Print CSS has its own rules: collapse two-column to single-column (charts span full width), hide the DataTables chrome that makes no sense offline, impose clean page breaks between major parts, shrink heights so a chart fits with its caption and methodological note on a single page. Many small adjustments before you get a PDF you actually want to open all the way through.

What’s left for V2

Two tracks need more API compute time and will move to V2. First, career longevity, which requires hitting /players/{id}/tournaments for every player. That’s 2,600 requests, or about three hours of fetching within the rate limit. Hypothesis: careers are very short on FPS, much longer on MOBA. Would be interesting to quantify.
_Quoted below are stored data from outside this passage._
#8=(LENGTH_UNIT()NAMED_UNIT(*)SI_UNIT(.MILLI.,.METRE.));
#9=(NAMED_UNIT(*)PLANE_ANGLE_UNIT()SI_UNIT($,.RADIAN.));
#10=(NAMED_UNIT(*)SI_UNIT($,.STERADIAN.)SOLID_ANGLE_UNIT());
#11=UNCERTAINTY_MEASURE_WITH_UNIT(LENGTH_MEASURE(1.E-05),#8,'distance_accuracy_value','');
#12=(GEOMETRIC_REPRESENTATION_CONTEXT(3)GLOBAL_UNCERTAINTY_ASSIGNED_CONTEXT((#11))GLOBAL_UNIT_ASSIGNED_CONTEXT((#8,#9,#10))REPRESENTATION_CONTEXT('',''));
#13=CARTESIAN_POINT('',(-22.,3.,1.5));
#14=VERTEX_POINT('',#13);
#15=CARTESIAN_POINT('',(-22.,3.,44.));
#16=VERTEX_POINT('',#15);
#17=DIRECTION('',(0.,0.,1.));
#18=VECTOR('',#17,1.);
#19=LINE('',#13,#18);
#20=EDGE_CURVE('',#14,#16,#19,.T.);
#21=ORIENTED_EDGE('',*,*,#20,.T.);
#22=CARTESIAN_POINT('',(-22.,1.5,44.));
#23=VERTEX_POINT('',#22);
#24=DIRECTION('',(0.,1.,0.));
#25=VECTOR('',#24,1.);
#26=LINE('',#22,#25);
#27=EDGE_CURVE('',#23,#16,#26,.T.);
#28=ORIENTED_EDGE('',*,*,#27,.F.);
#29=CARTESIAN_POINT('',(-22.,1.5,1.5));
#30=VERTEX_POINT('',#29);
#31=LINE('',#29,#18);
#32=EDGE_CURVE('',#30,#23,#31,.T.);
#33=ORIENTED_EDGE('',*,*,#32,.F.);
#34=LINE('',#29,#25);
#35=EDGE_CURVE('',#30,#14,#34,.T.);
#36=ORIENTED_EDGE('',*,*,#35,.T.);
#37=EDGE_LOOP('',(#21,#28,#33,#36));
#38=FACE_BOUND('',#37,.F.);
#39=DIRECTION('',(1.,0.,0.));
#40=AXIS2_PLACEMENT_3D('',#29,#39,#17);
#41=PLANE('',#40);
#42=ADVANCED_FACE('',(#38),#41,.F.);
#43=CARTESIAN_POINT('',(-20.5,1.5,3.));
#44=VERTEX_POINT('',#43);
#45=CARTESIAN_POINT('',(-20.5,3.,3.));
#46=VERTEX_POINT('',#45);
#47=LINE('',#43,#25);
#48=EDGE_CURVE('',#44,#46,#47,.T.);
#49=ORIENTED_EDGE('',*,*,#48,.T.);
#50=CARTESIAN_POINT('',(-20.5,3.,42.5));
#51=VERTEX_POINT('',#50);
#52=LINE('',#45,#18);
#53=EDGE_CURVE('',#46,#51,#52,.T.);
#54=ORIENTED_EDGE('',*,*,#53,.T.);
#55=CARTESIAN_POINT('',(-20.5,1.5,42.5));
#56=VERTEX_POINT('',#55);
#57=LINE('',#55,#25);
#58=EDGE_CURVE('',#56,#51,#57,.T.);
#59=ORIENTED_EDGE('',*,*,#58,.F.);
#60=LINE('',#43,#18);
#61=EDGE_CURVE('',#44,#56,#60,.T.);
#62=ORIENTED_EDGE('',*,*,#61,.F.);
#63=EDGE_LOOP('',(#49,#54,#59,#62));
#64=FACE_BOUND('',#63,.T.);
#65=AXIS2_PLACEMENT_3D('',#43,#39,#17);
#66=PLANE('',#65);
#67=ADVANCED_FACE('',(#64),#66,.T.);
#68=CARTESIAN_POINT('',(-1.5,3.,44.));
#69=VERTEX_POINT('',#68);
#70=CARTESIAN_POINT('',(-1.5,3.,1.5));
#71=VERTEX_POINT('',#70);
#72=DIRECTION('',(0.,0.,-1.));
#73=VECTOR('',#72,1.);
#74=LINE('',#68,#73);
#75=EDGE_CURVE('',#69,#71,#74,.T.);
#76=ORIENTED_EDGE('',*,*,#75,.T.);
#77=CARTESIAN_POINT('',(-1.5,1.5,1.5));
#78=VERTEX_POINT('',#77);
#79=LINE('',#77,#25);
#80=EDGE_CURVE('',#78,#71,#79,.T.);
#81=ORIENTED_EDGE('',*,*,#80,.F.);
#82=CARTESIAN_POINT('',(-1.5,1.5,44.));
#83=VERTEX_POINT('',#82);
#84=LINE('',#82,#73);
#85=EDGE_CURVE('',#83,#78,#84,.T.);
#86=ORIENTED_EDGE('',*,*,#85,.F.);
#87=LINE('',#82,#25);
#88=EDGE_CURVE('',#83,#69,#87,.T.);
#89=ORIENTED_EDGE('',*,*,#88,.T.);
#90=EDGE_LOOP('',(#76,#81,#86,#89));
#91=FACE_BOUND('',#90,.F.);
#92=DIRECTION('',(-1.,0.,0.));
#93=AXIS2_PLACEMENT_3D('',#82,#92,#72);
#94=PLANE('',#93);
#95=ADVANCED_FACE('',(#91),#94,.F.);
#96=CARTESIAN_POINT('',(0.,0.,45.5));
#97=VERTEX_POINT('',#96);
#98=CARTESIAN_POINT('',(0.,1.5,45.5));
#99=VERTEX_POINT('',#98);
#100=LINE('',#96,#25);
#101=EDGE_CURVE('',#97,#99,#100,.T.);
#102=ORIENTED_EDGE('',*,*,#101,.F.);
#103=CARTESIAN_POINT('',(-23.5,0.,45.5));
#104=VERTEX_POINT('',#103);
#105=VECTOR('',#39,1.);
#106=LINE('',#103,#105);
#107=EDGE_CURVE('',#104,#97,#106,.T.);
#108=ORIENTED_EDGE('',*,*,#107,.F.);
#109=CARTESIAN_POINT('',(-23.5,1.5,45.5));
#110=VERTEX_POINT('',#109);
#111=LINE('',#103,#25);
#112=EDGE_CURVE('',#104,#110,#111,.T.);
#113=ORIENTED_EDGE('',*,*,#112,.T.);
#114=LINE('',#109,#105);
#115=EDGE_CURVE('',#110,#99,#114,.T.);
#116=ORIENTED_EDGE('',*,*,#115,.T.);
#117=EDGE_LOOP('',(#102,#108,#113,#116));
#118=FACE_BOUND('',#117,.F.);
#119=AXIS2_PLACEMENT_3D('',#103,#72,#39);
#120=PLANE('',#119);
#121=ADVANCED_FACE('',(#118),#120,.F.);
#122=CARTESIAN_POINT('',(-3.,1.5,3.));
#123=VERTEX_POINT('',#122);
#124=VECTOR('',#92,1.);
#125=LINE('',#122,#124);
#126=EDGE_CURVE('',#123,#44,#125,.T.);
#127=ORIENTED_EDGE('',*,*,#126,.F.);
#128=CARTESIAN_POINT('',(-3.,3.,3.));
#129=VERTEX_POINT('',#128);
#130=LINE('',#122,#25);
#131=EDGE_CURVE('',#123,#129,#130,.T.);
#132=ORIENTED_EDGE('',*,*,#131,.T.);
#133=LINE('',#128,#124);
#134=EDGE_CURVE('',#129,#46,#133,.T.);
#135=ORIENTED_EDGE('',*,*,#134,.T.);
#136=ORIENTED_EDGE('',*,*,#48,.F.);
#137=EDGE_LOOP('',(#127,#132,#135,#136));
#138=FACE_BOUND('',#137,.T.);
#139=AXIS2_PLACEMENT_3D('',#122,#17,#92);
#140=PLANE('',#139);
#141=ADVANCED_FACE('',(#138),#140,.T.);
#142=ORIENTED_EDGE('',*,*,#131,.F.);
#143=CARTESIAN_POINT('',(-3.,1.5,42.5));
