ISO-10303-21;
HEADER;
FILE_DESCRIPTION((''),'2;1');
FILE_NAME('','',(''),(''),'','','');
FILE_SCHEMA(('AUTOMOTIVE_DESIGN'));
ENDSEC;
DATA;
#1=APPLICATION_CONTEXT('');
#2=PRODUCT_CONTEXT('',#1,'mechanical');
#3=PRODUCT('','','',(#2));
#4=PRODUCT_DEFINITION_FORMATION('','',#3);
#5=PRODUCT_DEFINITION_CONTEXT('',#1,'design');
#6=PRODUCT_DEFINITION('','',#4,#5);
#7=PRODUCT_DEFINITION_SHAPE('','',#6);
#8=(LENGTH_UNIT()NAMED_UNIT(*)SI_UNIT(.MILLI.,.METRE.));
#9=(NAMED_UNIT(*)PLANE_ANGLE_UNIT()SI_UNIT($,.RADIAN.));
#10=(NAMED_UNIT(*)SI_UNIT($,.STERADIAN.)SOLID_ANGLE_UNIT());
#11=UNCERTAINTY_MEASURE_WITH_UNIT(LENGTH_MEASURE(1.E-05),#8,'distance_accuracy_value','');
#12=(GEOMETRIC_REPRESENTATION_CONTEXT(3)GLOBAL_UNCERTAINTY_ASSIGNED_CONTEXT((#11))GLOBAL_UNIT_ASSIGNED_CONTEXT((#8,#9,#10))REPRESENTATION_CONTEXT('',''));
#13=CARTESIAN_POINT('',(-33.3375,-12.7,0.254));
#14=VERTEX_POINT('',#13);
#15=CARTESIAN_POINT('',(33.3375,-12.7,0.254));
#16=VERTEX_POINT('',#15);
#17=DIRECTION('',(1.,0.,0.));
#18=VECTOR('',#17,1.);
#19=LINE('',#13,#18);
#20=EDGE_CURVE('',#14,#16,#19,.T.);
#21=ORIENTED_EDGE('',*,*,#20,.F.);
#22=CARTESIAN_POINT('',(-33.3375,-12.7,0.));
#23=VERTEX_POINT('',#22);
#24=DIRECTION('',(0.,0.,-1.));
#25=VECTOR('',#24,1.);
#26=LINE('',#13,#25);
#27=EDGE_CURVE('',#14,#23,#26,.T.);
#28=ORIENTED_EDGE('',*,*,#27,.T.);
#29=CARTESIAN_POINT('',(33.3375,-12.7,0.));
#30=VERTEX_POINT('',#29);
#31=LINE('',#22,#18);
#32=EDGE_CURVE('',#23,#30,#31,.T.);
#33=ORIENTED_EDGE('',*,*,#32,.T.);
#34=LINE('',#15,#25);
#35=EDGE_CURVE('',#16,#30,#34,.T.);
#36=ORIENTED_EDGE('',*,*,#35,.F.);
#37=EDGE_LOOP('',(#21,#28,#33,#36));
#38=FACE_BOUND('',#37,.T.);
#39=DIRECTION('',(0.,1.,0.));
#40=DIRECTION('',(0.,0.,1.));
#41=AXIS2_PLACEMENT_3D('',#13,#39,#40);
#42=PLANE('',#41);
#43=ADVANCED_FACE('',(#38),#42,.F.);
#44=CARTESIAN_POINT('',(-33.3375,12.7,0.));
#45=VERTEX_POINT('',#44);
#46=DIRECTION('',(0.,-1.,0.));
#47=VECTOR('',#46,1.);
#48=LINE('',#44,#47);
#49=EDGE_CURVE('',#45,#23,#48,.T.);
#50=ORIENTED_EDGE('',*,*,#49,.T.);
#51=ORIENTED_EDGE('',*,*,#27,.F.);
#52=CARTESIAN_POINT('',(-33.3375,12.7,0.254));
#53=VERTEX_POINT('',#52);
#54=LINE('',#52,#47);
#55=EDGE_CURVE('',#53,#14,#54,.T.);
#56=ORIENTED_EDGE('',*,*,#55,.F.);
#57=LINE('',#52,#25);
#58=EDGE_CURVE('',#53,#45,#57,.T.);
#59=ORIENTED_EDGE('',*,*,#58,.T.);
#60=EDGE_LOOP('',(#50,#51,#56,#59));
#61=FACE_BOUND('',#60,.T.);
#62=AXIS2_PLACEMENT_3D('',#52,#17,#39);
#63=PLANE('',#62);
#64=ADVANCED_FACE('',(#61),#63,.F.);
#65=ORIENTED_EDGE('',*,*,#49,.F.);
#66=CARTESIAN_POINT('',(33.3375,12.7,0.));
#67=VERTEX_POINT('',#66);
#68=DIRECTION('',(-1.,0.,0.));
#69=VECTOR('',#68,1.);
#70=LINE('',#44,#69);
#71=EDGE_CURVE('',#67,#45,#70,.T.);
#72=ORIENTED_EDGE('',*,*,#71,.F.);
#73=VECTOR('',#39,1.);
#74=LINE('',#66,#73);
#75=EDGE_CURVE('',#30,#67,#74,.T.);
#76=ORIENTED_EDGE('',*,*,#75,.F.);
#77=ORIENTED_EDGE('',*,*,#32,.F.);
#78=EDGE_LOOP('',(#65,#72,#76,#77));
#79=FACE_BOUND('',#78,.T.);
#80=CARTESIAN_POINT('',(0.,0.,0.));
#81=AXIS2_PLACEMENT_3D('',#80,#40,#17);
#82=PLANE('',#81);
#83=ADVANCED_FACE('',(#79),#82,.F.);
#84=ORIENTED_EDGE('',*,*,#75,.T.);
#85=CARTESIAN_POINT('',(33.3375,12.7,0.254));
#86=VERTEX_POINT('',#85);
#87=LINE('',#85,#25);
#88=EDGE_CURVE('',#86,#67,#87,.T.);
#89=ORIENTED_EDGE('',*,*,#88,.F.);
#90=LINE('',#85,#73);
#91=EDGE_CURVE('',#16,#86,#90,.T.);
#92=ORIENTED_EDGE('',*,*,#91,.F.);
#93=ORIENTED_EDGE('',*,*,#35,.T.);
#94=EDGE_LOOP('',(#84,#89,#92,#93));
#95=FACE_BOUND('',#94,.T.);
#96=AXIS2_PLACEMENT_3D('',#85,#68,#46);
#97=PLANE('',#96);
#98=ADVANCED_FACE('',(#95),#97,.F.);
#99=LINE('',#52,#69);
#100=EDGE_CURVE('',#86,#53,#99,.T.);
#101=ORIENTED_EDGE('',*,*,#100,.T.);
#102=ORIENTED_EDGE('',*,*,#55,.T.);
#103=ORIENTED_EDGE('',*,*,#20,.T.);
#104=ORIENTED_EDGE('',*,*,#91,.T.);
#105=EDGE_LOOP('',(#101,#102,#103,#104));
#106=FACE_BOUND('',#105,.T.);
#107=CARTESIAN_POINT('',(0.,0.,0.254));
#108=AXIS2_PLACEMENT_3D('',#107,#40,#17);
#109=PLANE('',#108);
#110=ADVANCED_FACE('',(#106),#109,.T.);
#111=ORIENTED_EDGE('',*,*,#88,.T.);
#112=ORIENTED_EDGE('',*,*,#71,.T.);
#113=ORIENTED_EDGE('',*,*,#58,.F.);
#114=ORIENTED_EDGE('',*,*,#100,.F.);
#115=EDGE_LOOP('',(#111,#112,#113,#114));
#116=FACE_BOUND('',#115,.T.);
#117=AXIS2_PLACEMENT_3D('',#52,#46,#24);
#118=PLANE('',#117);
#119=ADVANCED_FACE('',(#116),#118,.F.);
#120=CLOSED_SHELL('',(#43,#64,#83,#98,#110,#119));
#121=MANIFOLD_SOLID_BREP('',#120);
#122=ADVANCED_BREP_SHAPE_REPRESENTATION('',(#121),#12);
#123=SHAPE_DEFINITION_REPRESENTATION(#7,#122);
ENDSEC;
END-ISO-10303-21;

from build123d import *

# Parameters (mm, degrees)
SKETCH1_W           = 66.675
SKETCH1_H           = 25.4
BOSS_EXTRUDE1_DEPTH = 0.254


with BuildPart() as part:
    # Sketch1 → Boss-Extrude1 (new body)
    with BuildSketch(Plane.XY):
        Rectangle(SKETCH1_W, SKETCH1_H)
    extrude(amount=BOSS_EXTRUDE1_DEPTH)


solid = part.part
Second, roster rotation, the percentage of players who change teams year over year. A metric often commented on by the community, especially around off-season transfers, but rarely properly measured. Should be doable without many extra calls since we already have rosters.csv.

Tech stack

Nothing exotic. Python 3.13 with requests, pandas, numpy, pycountry, python-dotenv. Plotly for all charts, with a custom simple_white theme. DataTables.js for the interactive table (lightweight, does the job). Playwright plus headless Chromium for faithful PDF rendering. And PandaScore as the single data source.

What this project taught me

Three things struck me, more or less connected to the subject itself.
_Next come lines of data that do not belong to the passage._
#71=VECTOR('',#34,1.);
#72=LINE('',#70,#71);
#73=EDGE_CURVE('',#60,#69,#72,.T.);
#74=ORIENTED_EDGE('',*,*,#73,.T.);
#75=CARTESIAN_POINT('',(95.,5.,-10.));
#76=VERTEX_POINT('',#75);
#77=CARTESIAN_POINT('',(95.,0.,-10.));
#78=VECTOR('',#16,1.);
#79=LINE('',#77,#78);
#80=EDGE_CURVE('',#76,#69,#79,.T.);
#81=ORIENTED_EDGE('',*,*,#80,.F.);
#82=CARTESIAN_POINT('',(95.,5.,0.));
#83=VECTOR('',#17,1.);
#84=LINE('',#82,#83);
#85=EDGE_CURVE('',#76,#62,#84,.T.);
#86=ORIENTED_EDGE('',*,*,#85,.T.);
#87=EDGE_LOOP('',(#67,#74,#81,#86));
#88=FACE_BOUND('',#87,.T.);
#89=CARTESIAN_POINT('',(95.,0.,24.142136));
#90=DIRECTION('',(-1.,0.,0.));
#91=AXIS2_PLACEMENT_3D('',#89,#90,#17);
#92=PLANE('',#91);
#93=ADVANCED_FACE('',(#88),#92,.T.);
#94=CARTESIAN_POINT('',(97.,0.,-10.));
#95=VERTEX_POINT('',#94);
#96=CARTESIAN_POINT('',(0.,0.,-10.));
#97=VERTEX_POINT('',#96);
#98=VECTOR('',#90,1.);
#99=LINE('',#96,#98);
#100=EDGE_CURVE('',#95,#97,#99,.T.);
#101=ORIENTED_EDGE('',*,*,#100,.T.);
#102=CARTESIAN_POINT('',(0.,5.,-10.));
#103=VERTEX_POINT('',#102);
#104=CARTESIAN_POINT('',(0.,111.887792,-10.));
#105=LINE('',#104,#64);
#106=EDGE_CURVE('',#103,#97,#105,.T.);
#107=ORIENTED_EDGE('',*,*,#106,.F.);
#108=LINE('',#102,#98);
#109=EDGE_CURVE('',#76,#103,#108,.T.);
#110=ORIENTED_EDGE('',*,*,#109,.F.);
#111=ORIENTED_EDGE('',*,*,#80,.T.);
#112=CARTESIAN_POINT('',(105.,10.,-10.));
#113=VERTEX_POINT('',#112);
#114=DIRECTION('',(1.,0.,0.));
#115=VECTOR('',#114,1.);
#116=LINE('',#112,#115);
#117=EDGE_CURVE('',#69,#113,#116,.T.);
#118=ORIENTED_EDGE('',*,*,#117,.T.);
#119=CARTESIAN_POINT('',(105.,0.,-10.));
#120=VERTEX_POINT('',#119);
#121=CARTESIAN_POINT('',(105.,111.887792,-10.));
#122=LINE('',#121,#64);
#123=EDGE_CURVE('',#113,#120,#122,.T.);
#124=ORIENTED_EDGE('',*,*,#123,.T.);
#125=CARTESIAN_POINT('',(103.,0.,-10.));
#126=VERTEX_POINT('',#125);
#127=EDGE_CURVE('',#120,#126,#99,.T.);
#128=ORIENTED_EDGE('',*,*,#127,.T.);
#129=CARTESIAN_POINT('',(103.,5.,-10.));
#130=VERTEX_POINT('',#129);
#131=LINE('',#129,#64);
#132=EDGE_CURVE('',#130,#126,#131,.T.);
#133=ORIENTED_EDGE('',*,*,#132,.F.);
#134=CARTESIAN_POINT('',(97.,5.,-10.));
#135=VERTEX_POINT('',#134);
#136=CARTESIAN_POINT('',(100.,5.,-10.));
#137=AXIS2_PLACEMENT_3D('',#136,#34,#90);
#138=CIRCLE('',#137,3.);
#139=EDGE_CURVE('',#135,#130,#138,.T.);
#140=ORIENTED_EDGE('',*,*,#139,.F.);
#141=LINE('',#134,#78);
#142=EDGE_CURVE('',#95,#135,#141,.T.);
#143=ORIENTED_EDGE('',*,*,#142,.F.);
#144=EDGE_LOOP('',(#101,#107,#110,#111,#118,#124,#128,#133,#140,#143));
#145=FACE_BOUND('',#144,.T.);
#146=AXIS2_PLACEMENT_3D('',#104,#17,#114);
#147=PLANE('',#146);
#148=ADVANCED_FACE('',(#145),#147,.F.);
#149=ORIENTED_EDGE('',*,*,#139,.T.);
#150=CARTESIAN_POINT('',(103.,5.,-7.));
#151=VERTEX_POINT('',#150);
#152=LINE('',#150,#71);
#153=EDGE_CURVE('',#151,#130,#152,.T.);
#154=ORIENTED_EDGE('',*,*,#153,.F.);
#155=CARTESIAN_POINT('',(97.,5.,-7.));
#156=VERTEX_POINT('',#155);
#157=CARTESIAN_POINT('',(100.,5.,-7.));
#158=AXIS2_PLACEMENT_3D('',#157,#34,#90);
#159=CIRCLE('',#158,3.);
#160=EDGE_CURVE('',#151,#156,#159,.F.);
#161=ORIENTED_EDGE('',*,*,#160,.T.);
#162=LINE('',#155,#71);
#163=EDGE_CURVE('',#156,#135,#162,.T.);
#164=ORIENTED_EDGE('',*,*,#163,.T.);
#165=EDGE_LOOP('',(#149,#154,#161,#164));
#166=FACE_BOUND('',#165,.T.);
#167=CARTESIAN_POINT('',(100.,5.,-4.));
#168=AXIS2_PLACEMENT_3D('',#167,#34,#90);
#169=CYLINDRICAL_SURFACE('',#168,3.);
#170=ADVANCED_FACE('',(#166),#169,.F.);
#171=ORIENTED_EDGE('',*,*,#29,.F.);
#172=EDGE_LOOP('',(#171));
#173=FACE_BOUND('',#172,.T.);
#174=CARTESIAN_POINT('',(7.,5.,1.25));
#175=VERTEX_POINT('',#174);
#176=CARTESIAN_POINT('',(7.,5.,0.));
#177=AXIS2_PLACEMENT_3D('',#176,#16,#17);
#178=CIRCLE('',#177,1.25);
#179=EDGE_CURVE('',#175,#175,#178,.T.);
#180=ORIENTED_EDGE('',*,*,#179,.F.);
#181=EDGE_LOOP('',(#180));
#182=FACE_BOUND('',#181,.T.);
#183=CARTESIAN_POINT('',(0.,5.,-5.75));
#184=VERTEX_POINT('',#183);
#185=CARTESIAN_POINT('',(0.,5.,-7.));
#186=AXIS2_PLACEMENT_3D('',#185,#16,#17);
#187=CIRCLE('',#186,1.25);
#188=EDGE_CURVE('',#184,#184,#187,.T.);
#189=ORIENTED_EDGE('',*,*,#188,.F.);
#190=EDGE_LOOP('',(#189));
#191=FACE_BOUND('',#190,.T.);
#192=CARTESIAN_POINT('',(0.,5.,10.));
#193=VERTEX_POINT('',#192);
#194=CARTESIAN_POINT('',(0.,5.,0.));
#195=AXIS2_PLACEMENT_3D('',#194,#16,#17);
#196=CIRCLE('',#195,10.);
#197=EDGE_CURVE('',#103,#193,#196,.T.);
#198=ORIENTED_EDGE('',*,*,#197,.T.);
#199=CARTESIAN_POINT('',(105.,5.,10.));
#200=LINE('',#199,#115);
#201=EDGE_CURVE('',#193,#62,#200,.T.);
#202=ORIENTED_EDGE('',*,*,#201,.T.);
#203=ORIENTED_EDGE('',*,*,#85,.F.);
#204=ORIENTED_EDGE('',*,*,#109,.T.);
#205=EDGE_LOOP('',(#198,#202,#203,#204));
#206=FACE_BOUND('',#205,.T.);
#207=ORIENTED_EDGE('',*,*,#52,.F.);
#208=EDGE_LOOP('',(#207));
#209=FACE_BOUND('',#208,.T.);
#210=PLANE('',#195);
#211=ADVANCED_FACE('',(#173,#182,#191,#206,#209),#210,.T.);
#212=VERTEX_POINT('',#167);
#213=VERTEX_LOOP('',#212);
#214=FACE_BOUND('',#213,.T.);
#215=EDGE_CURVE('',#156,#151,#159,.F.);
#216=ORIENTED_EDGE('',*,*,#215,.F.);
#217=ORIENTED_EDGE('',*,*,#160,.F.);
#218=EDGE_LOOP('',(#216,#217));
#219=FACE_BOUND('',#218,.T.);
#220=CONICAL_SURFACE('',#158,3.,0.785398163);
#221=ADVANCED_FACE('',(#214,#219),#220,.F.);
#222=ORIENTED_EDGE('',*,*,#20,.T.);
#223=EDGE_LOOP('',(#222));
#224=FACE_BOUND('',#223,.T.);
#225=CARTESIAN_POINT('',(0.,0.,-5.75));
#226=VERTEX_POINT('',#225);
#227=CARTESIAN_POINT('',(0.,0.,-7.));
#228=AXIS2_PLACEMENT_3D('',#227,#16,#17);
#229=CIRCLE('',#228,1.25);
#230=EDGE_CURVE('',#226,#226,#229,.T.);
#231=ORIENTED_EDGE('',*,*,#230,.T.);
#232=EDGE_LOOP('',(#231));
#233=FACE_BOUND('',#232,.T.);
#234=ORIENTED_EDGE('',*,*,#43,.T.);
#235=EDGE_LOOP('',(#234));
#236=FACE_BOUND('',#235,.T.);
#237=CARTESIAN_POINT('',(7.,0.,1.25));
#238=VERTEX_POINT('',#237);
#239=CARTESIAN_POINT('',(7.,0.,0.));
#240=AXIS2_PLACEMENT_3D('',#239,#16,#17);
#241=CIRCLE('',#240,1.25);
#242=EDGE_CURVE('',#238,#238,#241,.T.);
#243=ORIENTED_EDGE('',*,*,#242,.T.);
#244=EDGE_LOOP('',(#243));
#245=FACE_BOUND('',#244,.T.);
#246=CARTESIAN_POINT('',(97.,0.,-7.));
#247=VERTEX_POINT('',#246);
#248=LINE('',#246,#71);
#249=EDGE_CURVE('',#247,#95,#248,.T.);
First, a chart that looks clean can hide a major methodological bias. The reflex of asking yourself “could this line have been built otherwise than by reflecting a truth?” is worth its weight in gold. My linear chart could have passed for insight, while it was a pure artifact. So I try more and more to do this kind of cold re-read, ideally the next day, because fresh off the build we’re a bit too proud of the result to critique it honestly.

Second, the difference between a utility dashboard and an editorial report. It holds to very little actually: a serif typeface for titles, a muted palette, italic captions, polished page breaks. But it completely flips the reader’s perception. A detail of form that shifts the mental category the document gets filed under.

Third, more banal but worth noting: there’s always a rate limit somewhere. Adding a disk cache at the start of exploration is five minutes of code that saves fifty. I know it, I try to do it, and I still forget one time out of two.

The full editorial report (15 pages) esport-stats-report.pdf · 2.8 MB

Project wrapped in an evening and a few extra hours. With PandaScore’s paid API other horizons open up (more history years, more calls for longevity), but even in free tier, it’s a solid base for anyone who wants to play with esport data. And honestly, if you’re looking for a data project idea that’s rich, feasible, and original enough to fit on a CV, this is typically the kind of subject I’d recommend. There you go.